VOLTAGE-ACTIVATED IONIC CURRENTS IN GOLDFISH PITUITARY-CELLS

The release of gonadotropin and growth hormone from goldfish pituitary cells has been shown to be dependent on the entry of extracellular Ca2+ through voltage-sensitive Ca2+ channels by pharmacological studies. As a first step to further investigate the involvement of voltage-dependent ion channels in the regulation of anterior pituitary hormone release in the goldfish, cell excitability and voltage-dependent ion currents were characterized using tight-seal whole-cell recordings in dispersed goldfish pituitary cells. Cultured goldfish pituitary cells had an average membrane potential of -36 ± 3 mV. When held at membrane potentials more negative than -60 mV, these cells were excitable, responding to depolarizing current pulses or anode break with the firing of single action potentials. Results from total current voltage-clamp recordings suggested that all goldfish pituitary cells possess voltage-dependent Na+, Ca2+, and K+ currents.
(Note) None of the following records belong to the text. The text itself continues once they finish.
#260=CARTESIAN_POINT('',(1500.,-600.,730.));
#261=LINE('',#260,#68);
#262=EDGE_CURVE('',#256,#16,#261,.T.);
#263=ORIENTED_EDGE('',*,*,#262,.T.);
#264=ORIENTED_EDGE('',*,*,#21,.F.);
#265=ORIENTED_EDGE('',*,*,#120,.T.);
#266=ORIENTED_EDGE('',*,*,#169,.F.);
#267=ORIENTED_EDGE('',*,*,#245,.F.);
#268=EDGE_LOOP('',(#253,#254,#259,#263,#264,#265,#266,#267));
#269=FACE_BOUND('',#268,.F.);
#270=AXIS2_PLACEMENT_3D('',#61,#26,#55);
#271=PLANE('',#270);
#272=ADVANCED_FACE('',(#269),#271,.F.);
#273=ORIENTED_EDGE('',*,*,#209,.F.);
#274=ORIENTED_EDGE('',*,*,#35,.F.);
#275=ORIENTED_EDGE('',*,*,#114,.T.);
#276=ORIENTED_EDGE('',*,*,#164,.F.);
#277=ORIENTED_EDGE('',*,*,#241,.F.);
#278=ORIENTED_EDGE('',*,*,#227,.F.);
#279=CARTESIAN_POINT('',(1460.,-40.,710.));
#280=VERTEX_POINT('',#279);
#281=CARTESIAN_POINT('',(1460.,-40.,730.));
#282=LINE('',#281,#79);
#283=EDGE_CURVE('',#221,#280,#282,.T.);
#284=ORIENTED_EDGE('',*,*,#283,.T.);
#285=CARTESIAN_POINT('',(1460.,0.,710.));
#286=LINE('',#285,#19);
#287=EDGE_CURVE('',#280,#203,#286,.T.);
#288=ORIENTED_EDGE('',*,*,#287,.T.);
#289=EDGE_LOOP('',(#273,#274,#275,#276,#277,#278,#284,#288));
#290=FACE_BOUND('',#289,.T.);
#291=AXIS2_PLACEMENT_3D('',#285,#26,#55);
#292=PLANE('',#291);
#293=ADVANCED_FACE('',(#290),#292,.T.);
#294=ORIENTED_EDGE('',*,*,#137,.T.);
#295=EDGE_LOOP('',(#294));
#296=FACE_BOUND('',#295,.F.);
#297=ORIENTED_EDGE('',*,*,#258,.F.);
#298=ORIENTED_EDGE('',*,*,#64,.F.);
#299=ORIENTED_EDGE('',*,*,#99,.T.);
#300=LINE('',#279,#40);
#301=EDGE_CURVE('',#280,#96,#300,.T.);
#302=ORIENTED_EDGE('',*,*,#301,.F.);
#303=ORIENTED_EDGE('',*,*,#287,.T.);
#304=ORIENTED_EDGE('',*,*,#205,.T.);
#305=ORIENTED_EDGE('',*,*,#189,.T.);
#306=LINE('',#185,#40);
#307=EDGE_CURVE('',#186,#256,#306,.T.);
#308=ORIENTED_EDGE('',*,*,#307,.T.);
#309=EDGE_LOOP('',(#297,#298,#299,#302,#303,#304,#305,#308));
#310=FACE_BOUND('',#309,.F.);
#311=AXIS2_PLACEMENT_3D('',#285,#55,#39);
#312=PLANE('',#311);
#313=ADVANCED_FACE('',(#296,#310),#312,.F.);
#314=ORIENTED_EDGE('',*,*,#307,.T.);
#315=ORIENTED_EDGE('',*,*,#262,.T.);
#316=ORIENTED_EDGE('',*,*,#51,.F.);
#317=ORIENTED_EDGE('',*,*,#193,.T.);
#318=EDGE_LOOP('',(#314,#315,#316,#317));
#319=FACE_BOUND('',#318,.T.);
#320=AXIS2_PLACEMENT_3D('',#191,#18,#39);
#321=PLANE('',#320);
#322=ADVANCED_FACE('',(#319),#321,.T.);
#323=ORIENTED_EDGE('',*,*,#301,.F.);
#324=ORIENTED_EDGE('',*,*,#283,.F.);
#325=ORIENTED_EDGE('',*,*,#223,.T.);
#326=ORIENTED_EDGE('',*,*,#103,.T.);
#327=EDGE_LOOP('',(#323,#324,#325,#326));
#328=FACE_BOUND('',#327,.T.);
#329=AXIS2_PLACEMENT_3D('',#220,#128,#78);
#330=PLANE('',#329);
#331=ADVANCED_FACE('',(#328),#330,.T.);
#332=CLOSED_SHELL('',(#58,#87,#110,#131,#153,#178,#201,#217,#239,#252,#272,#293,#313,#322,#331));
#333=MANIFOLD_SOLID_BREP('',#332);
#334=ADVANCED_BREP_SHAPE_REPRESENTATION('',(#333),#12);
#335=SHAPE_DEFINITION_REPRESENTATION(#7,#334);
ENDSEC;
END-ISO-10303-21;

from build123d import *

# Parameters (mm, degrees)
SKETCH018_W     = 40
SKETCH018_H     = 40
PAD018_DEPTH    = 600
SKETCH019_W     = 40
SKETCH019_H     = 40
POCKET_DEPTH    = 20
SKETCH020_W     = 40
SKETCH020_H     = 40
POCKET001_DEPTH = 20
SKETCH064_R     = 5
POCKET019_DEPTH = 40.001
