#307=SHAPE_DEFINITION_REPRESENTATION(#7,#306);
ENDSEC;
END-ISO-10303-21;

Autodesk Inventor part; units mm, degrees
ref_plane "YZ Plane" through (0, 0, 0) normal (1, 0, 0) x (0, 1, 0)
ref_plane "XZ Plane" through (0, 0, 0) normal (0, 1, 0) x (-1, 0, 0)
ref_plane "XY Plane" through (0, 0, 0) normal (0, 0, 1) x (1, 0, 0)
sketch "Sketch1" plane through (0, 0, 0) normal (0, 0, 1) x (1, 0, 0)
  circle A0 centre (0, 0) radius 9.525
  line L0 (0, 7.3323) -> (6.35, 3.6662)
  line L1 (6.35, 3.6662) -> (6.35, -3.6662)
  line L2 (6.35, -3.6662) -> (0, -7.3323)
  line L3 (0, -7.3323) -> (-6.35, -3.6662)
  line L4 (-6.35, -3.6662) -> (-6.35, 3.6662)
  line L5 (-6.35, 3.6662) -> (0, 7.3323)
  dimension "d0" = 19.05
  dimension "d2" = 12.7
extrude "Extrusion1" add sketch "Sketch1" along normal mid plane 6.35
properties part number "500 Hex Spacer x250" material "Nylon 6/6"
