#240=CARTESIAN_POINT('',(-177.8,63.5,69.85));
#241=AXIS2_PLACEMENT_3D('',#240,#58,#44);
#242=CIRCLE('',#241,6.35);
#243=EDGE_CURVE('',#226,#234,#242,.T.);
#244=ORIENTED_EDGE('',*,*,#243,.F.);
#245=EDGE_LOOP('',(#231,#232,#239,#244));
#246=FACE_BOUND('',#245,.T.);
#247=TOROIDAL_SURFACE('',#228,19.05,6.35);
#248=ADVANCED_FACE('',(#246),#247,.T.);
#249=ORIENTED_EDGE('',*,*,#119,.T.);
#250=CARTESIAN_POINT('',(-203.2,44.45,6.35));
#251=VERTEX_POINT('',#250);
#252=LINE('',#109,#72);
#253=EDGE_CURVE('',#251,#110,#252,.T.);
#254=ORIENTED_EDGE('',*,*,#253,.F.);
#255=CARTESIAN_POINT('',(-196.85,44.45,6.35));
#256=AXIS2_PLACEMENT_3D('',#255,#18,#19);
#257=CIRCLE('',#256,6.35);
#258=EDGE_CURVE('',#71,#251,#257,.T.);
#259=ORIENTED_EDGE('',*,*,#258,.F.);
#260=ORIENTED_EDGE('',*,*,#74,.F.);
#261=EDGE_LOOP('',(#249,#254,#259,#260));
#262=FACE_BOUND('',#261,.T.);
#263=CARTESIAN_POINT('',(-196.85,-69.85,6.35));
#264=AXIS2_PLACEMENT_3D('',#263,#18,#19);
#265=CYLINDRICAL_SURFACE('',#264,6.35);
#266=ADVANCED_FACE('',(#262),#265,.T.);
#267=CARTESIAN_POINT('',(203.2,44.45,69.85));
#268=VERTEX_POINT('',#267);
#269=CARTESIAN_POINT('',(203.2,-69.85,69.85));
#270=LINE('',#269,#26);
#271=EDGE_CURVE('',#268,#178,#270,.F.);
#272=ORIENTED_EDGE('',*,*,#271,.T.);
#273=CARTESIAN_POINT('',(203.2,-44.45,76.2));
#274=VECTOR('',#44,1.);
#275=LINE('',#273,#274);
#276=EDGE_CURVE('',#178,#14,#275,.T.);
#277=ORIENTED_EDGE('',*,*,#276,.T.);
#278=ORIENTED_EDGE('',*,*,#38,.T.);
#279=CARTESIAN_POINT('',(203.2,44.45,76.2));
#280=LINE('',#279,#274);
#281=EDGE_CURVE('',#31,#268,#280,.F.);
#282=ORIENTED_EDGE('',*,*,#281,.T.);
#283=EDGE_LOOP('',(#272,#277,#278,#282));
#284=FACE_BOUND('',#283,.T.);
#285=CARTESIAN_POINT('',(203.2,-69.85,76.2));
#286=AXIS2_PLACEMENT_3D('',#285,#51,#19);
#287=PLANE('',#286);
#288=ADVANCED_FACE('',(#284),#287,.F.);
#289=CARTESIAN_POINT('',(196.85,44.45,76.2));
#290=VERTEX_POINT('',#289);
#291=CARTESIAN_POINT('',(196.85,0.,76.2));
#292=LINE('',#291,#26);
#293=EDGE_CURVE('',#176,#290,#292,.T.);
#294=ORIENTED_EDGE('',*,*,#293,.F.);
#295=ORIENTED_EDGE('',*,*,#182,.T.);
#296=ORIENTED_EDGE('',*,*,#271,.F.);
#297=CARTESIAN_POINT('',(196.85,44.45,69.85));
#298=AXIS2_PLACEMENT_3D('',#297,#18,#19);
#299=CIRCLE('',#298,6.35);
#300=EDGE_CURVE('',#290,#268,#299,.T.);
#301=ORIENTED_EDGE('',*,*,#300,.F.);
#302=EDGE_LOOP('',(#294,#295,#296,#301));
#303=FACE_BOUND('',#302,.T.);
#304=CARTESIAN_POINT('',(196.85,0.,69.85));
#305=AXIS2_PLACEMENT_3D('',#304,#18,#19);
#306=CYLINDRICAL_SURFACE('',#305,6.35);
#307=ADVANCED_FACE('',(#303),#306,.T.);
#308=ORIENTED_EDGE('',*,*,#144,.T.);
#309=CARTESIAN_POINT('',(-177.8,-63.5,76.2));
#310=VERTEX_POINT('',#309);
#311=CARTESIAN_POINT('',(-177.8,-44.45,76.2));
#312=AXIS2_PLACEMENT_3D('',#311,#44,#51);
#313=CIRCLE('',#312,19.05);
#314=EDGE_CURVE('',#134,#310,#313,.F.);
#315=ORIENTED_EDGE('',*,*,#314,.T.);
These currents were further characterized independently under isolated current recording conditions. The rapid, transient Na+ current activated at voltages more positive than -40 mV and was sensitive to tetrodotoxin. The steady state inactivation of this Na+ current was also voltage-dependent; at the measured resting potential, ≥50% of the Na+ current was not available for activation. The voltage-dependence and activation kinetics of the tetraethylammonium-sensitive K+ current resembled those of the delayed rectifier K+ current. The K+ current activated slowly at potentials more positive than -40 mV, and showed little inactivation over the duration of a 1-sec depolarizing pulse. Steady-state inactivation characteristics indicated that ≤50% of the K+ current was inactivated at resting potentials. Experiments with 4-aminopyridine indicated the presence of an early transient K+ current that activated in a similar voltage range as the delayed rectifier current. Using barium as the charge carrier to measure Ca2+ currents, a high-voltage activated, long-lasting Ca2+ current was revealed. This "L-type" Ca2+ current activated at potentials more positive than -30 mV and was inhibited by verapamil and nifedipine. This study indicates that goldfish pituitary cells possess the electrophysiological properties required for the participation of voltage-sensitive ion channels in the regulation of hormone release. © 1993 by Academic Press, Inc.